4.撃墜王
思いのほか、イイ一撃が入っちゃったらしい火竜将さん。
竹槍とはいえ、セムレイヤ様(の、鬣)って凄い……。
やっぱり格上の神様の一部を素材にした武器はまずかったな、と反省するメイちゃんです。
でもそれ以外で有効打になりそうな攻撃手段もないしなー……
仕方がないので、適度に弱い力でぺしぺしするしかないよね。竹槍で。
大丈夫、きっと大丈夫。穂先でズドンッて突き刺さなければ!
今回は、死なない程度に弱らせるって方針を既に立てているんだもの。
いま、火竜将さんは竹槍を腹に喰らって悶絶中。
こんなに大きさが違うのに、火竜将さんからしたら竹槍なんて爪楊枝みたいなサイズなのに。

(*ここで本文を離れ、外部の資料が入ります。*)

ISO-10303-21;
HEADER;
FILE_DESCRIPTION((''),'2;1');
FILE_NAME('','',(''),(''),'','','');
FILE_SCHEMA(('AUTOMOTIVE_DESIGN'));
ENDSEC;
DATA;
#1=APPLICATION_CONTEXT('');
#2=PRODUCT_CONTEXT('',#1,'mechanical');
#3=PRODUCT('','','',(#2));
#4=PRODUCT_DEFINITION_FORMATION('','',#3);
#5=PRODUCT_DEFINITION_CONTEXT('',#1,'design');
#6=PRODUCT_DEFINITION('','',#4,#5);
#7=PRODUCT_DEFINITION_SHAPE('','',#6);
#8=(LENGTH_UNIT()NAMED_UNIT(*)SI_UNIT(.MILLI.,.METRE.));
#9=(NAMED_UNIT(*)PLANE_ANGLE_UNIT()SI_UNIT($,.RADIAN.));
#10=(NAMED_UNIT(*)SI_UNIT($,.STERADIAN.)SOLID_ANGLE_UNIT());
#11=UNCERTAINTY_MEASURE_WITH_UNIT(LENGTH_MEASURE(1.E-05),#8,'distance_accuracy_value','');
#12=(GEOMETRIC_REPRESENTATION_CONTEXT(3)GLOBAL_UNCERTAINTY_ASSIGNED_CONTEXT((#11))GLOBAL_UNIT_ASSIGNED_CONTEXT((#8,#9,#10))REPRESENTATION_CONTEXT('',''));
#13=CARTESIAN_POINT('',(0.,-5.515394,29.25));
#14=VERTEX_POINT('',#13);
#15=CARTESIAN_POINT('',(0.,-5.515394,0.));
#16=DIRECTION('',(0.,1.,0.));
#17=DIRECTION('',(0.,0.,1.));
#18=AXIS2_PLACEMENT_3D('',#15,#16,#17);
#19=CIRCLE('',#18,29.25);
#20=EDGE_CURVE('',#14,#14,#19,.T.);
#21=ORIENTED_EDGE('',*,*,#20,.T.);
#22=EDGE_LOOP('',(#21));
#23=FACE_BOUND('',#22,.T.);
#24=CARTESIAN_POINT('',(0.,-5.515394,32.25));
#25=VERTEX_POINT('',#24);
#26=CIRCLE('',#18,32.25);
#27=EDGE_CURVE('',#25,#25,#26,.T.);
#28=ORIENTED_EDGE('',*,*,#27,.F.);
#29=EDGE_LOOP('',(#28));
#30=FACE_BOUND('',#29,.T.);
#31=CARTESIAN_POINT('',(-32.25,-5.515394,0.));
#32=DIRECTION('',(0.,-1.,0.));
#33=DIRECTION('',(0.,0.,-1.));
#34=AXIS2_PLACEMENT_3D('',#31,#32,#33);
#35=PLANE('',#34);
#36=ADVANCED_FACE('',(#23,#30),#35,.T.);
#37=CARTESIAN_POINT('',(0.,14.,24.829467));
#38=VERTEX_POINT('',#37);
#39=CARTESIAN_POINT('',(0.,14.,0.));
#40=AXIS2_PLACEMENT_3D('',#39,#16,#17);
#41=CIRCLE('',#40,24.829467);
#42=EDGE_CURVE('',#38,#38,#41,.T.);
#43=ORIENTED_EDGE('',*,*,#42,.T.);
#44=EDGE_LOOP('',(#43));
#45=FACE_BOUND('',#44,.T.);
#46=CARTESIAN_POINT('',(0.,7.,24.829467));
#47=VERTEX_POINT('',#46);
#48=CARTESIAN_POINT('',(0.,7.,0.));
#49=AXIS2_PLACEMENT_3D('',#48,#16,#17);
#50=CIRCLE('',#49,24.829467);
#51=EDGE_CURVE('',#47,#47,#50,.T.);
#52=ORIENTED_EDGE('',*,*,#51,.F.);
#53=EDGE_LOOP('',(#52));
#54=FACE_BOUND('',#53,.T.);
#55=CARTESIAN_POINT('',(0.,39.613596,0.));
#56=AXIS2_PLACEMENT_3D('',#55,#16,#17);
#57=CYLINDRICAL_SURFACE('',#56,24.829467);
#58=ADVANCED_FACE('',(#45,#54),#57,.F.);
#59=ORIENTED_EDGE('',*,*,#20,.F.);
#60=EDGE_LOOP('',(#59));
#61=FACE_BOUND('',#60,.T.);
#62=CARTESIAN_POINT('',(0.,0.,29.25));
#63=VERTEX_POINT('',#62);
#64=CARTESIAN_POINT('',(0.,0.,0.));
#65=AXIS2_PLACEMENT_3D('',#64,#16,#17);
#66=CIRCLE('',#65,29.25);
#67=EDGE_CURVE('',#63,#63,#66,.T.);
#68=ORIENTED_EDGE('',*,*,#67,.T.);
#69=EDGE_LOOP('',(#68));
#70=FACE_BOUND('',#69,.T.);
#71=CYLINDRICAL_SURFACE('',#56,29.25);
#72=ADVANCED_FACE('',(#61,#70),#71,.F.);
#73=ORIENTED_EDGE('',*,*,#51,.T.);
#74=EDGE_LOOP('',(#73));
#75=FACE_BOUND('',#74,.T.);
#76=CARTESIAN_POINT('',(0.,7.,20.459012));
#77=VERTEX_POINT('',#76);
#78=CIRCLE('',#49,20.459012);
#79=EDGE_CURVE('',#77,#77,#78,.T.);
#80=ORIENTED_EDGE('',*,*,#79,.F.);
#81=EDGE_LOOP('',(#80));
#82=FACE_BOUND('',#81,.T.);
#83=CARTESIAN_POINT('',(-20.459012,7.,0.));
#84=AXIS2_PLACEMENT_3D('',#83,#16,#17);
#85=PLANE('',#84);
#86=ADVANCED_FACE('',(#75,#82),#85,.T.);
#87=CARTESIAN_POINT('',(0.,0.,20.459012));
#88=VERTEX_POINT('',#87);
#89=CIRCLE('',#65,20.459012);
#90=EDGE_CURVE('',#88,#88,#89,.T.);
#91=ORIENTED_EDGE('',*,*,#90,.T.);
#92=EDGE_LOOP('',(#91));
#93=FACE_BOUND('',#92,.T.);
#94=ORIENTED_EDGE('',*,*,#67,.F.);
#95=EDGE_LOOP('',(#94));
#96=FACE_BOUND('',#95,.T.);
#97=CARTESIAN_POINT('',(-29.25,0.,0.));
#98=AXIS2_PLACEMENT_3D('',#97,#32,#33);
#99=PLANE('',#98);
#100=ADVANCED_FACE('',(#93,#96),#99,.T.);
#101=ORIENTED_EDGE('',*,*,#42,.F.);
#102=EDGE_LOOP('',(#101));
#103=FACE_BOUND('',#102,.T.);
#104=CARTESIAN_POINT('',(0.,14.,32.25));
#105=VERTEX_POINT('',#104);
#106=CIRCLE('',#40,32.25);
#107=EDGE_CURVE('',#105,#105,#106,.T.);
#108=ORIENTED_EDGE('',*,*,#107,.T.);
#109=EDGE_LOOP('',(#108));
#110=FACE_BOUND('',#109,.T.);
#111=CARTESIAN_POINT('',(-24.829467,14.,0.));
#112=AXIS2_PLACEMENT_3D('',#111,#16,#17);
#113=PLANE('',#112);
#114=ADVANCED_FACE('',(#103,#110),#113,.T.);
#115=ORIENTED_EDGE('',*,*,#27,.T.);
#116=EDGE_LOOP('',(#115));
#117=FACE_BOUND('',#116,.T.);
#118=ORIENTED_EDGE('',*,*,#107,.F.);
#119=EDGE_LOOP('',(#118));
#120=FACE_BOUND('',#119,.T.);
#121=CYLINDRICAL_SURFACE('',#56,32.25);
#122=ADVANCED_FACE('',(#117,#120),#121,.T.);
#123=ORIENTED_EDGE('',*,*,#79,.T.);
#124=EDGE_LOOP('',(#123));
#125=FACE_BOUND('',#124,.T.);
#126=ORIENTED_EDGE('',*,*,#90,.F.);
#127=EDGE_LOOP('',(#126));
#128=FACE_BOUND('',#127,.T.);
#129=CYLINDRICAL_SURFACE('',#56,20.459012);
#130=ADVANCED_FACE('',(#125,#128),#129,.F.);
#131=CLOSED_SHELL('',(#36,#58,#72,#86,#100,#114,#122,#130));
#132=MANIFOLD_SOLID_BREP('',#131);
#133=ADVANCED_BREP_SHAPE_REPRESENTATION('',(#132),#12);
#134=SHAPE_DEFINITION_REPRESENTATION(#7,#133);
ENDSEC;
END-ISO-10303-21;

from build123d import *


with BuildPart() as part:
    # Esquisse1 → Révolution1 (revolve)
    with BuildSketch(Plane.XY, mode=Mode.PRIVATE) as r_volution1_sk:
        Polygon((-20.459011997, 0), (-20.459011997, 7), (-24.829467191, 7), (-24.829467191, 14), (-32.25, 14), (-32.25, -5.515393911), (-29.25, -5.515393911), (-29.25, 0), align=None)
    revolve(r_volution1_sk.sketch.rotate(Axis((0, 39.613595536, 0), (0, -1, 0)), 270), axis=Axis((0, 39.613595536, 0), (0, -1, 0)))


solid = part.part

それでもこれで悶絶するっていうんだから竹槍の威力が凄いんだろうなぁ。
でも悶絶してるんなら、好機だよね。
そもそも大きさが違いすぎるんだもん。火竜将さんと私では。
動けないし隙だらけで蹲っている今が、攻撃のチャンス……!
私はこの機を逃すなって気持ちで火竜将さんに向けて駆け出した。
向かっていく私に、だけど歴戦の将でもある火竜将さんは即座に意識を切り替えた。
やっぱり戦場帰りは反応が早い。
まだ咳込んでいて、若干涙目だけど。
それでも必死に首を持ち上げて、私に涙目で出来る最上級の鋭い眼差しを向けてくる。
『そなたを迎え撃とう、そしてどうあってもこれは受け取ってもらおうぞ――!』
私が竹槍ホームランで突き返した熨斗(※贈答品目録)を片手に掲げて。
迫力たっぷりに猛々しく、竜の咆哮が轟いた。
その声が微妙に掠れ気味だったのには、情けで目を瞑るメイちゃんだよ!
☆ ★ ☆ ★ ☆ ★ ☆
~ 一方その頃、リューク様ご一行は ~
森の中を疾駆する。
あの怪鳥がスタインを抱えたまま森林区域へと入って、もう15分くらいか……
街道は、とっくに外れていた。
細身とはいえ成人男性を1人抱えてどれだけ飛び続けるつもりなんだ。
あの大きさから普通の鳥じゃなさそうだとは思っていたが……スタミナが異常じゃないか?
ずっと連れまわされているスタインの安否が気遣われる。心の面でも、肉体面でも。
「エステラ! もう一度、弓を試すぞ!」
「う、うん……!」
空を飛んではいるが、下には木々が生い茂っている。
あの高さでも、落下して死ぬことはないだろう。
そう踏んで、さっきから何度も鳥を射落とそうとしているんだが……
「……また!」
「どうなってんだ、あの鳥! 矢が刺さらねえ!」
そうなんだ。
石を投げても、矢を放っても。
ラムセス師匠が鑓を投げつけても、だ。
あの鳥は全部弾いてしまう。
何をやっても傷つける方法が見つからない。
やっぱり魔物なのか。
「………………~」
「……ん? 何か聞こえる?」
「スタインが何か言ってる、みたいだが……」
「……~漕げ船を。天に栄光。向こう岸には光の大地♪」
「う、歌ってやがる……!?」
「アッシュ、ただの歌じゃないよ! あれ、鎮魂歌じゃ……」
「す、スタイーン!?」
鎮魂歌って……駄目だ、まだ諦めるなスタイン!
確かに言われてみれば、あの歌は葬式なんかでよく聞く歌に似ている。すごく、似ている。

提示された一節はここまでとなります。